In between Latin and hockey Eve has had a school life of penknives, unfenced ponds, snakes, a forest to camp in and a school song with the words ‘Oh Africa, I take my stand in thee…’ On the Pembroke registrar’s office wall is a photo of a hippopotamus that once wandered into the school. A lion has been sighted on the golf course. There are guinea fowl and a pet sheep called Charlotte (which leaves a trail of droppings in the staff room). Past generations of pupils built the school chapel from mud and plaster themselves, using broken bottles to make the stained-glass windows.

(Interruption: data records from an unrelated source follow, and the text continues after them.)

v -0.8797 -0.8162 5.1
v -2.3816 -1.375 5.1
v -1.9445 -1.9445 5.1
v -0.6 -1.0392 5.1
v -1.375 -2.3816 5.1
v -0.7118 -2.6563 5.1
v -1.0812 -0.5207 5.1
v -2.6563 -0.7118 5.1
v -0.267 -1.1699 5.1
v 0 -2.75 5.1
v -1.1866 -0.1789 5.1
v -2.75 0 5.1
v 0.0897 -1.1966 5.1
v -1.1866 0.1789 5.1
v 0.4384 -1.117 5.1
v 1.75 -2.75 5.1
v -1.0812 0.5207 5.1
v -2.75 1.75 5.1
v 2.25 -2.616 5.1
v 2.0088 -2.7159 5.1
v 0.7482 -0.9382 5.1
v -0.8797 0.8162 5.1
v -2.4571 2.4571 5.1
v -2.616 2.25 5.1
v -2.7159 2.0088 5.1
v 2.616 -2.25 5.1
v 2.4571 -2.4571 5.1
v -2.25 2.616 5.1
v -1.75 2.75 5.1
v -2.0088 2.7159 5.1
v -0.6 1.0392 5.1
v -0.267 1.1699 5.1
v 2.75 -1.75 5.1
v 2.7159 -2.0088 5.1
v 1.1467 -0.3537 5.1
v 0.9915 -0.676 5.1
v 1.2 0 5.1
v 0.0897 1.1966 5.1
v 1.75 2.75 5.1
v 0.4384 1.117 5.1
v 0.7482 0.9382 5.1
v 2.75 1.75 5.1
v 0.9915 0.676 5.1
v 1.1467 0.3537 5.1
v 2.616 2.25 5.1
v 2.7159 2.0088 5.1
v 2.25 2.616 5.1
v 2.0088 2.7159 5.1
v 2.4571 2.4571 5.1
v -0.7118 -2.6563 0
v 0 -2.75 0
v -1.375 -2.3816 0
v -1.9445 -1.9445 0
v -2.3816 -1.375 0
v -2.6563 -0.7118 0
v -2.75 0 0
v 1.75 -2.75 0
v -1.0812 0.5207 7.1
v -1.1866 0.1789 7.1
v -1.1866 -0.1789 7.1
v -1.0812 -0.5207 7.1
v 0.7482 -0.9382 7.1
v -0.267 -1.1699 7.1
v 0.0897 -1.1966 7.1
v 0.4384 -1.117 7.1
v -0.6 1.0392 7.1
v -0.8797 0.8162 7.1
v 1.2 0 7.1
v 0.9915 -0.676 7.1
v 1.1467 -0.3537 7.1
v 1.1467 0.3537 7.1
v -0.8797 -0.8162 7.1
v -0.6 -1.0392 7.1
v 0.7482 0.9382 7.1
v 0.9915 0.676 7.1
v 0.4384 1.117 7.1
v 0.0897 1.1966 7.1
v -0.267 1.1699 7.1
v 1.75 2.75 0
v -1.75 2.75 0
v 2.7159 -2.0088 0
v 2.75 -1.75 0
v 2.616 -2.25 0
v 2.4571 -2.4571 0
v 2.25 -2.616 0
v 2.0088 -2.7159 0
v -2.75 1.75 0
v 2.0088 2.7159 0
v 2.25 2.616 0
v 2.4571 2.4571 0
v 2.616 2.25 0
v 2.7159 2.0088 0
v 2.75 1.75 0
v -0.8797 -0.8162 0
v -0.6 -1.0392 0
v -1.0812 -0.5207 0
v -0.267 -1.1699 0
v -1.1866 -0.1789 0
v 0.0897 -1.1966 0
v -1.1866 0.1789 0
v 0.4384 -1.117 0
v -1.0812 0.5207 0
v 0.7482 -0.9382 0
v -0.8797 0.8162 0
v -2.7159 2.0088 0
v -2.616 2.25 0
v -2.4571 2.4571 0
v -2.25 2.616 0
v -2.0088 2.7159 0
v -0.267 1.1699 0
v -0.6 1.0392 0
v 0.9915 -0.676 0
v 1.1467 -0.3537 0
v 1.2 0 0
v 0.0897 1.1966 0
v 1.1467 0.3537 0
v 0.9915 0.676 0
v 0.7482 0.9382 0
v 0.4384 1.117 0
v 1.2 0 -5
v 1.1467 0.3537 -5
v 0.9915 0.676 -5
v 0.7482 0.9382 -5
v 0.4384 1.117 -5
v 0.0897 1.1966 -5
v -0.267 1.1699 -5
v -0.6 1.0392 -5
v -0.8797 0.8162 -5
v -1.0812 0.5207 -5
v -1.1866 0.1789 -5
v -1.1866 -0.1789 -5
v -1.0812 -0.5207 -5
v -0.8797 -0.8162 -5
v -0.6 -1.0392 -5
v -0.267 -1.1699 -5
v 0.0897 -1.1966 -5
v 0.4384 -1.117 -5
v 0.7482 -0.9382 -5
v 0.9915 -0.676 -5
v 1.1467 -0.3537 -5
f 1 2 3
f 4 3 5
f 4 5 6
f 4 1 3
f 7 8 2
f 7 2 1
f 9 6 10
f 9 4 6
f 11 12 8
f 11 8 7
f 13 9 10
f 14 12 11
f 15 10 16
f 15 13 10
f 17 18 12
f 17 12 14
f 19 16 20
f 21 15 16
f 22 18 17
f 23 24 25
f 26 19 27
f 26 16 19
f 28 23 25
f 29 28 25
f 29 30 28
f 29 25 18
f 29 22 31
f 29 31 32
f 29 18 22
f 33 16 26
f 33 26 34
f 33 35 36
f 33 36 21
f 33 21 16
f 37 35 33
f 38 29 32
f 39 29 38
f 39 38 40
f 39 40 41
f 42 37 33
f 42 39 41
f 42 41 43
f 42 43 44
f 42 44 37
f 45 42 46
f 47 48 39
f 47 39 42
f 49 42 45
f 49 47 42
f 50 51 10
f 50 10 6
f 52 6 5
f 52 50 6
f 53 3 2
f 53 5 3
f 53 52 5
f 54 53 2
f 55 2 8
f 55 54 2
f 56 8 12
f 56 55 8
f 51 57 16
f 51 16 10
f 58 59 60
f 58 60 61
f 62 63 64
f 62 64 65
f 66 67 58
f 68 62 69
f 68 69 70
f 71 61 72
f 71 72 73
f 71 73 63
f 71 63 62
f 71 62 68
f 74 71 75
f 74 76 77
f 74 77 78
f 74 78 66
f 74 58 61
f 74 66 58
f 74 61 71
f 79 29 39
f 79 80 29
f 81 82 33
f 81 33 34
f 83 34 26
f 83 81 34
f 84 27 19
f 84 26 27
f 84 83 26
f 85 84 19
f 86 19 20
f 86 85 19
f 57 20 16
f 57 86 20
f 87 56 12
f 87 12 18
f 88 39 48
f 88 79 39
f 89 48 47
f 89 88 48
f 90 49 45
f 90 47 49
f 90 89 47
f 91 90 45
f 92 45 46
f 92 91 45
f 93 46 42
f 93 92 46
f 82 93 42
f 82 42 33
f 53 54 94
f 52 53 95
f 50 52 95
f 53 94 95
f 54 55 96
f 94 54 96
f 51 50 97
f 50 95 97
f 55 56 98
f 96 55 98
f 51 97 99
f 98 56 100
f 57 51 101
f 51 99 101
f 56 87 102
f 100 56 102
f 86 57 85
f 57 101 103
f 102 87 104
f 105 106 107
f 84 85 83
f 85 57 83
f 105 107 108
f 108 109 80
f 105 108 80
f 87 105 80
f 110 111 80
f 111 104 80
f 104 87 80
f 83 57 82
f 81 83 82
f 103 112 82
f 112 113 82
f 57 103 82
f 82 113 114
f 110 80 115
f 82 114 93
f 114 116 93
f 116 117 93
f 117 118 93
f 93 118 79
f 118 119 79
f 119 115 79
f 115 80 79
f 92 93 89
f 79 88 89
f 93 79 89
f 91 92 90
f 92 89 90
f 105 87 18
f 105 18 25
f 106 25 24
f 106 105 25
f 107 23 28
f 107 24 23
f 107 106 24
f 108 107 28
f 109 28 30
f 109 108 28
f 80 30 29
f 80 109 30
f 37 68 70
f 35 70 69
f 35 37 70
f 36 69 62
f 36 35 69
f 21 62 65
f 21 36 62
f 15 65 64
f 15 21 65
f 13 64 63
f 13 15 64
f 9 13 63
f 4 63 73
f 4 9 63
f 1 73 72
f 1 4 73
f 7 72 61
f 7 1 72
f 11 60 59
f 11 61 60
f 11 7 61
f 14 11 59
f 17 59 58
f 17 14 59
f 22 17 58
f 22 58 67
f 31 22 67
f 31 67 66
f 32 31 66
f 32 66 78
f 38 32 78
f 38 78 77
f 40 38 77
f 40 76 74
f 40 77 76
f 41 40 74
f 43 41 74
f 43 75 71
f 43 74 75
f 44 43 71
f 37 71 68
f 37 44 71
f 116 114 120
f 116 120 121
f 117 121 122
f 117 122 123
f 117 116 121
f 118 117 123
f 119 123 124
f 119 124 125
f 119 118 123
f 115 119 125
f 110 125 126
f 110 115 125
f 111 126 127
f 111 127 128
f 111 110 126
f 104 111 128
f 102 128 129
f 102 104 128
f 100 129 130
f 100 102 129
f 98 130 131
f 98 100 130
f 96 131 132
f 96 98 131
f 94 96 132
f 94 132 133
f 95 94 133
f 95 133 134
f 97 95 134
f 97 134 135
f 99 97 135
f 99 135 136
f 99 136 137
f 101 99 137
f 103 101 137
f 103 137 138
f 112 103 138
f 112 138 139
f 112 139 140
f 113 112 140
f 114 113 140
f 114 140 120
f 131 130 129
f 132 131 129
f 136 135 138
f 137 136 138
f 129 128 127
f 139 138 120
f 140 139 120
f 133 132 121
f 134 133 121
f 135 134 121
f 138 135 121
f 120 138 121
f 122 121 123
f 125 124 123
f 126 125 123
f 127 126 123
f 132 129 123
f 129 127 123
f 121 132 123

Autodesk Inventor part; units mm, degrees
ref_plane "YZ Plane" through (0, 0, 0) normal (1, 0, 0) x (0, 1, 0)
ref_plane "XZ Plane" through (0, 0, 0) normal (0, 1, 0) x (-1, 0, 0)
ref_plane "XY Plane" through (0, 0, 0) normal (0, 0, 1) x (1, 0, 0)
sketch "Sketch1" plane through (0, 0, 0) normal (0, 0, 1) x (1, 0, 0)
  circle A0 centre (0, 0) radius 1.2
  circle A1 centre (0, 0) radius 2.75
  line L0 (-1.75, 2.75) -> (1.75, 2.75)
  line L1 (2.75, 1.75) -> (2.75, -1.75)
  line L2 (1.75, -2.75) -> (-1.75, -2.75)
  line L3 (-2.75, -1.75) -> (-2.75, 1.75)
  arc A2 (-1.75, 2.75) -> (-2.75, 1.75) centre (-1.75, 1.75) ccw
  arc A3 (2.75, 1.75) -> (1.75, 2.75) centre (1.75, 1.75) ccw
  arc A4 (1.75, -2.75) -> (2.75, -1.75) centre (1.75, -1.75) ccw
  arc A5 (-2.75, -1.75) -> (-1.75, -2.75) centre (-1.75, -1.75) ccw
  point P0 (-2.75, 0)
  point P1 (0, -2.75)
  dimension "d0" = 2.4
  dimension "d1" = 5.5
  dimension "d2" = 1
  dimension "d3" = 1
  dimension "d4" = 1
extrude "Extrusion1" add sketch "Sketch1" against normal blind 5 contours A0
extrude "Extrusion2" add sketch "Sketch1" along normal blind 5.1 contours A0 | A1 | L1 A4 L2 A1 | A1 L0 A3 L1 | A1 L3 A2 L0
extrude "Extrusion3" add sketch "Sketch1" along normal blind 7.1 contours A0
properties part number "rpi_base_back_3DPrint"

And after we walked five days together around that mountain, Eve began preparing to leave us for her next challenge, to fly away to school in England. She won’t forget Mount Kenya, which perhaps we will one day have another crack at when she’s older. Meanwhile I am going straight into training for next year’s climb with my boy Rider, another Pembroke scallywag. The parents agreed that our expedition will need to remember the ‘five Ts’: Tabasco sauce for the rather bland but heroically prepared food; a trowel for digging holes, because the camp loos are disgusting after 190 people have used them; your own tent, because sleeping with four other snoring fathers is not pleasant; travel sickness pills or anything that will help with the heart thumping, headaches, nausea and loss of vision from altitude sickness — and a Thermos for hot toddies, even if for once you can’t drink them.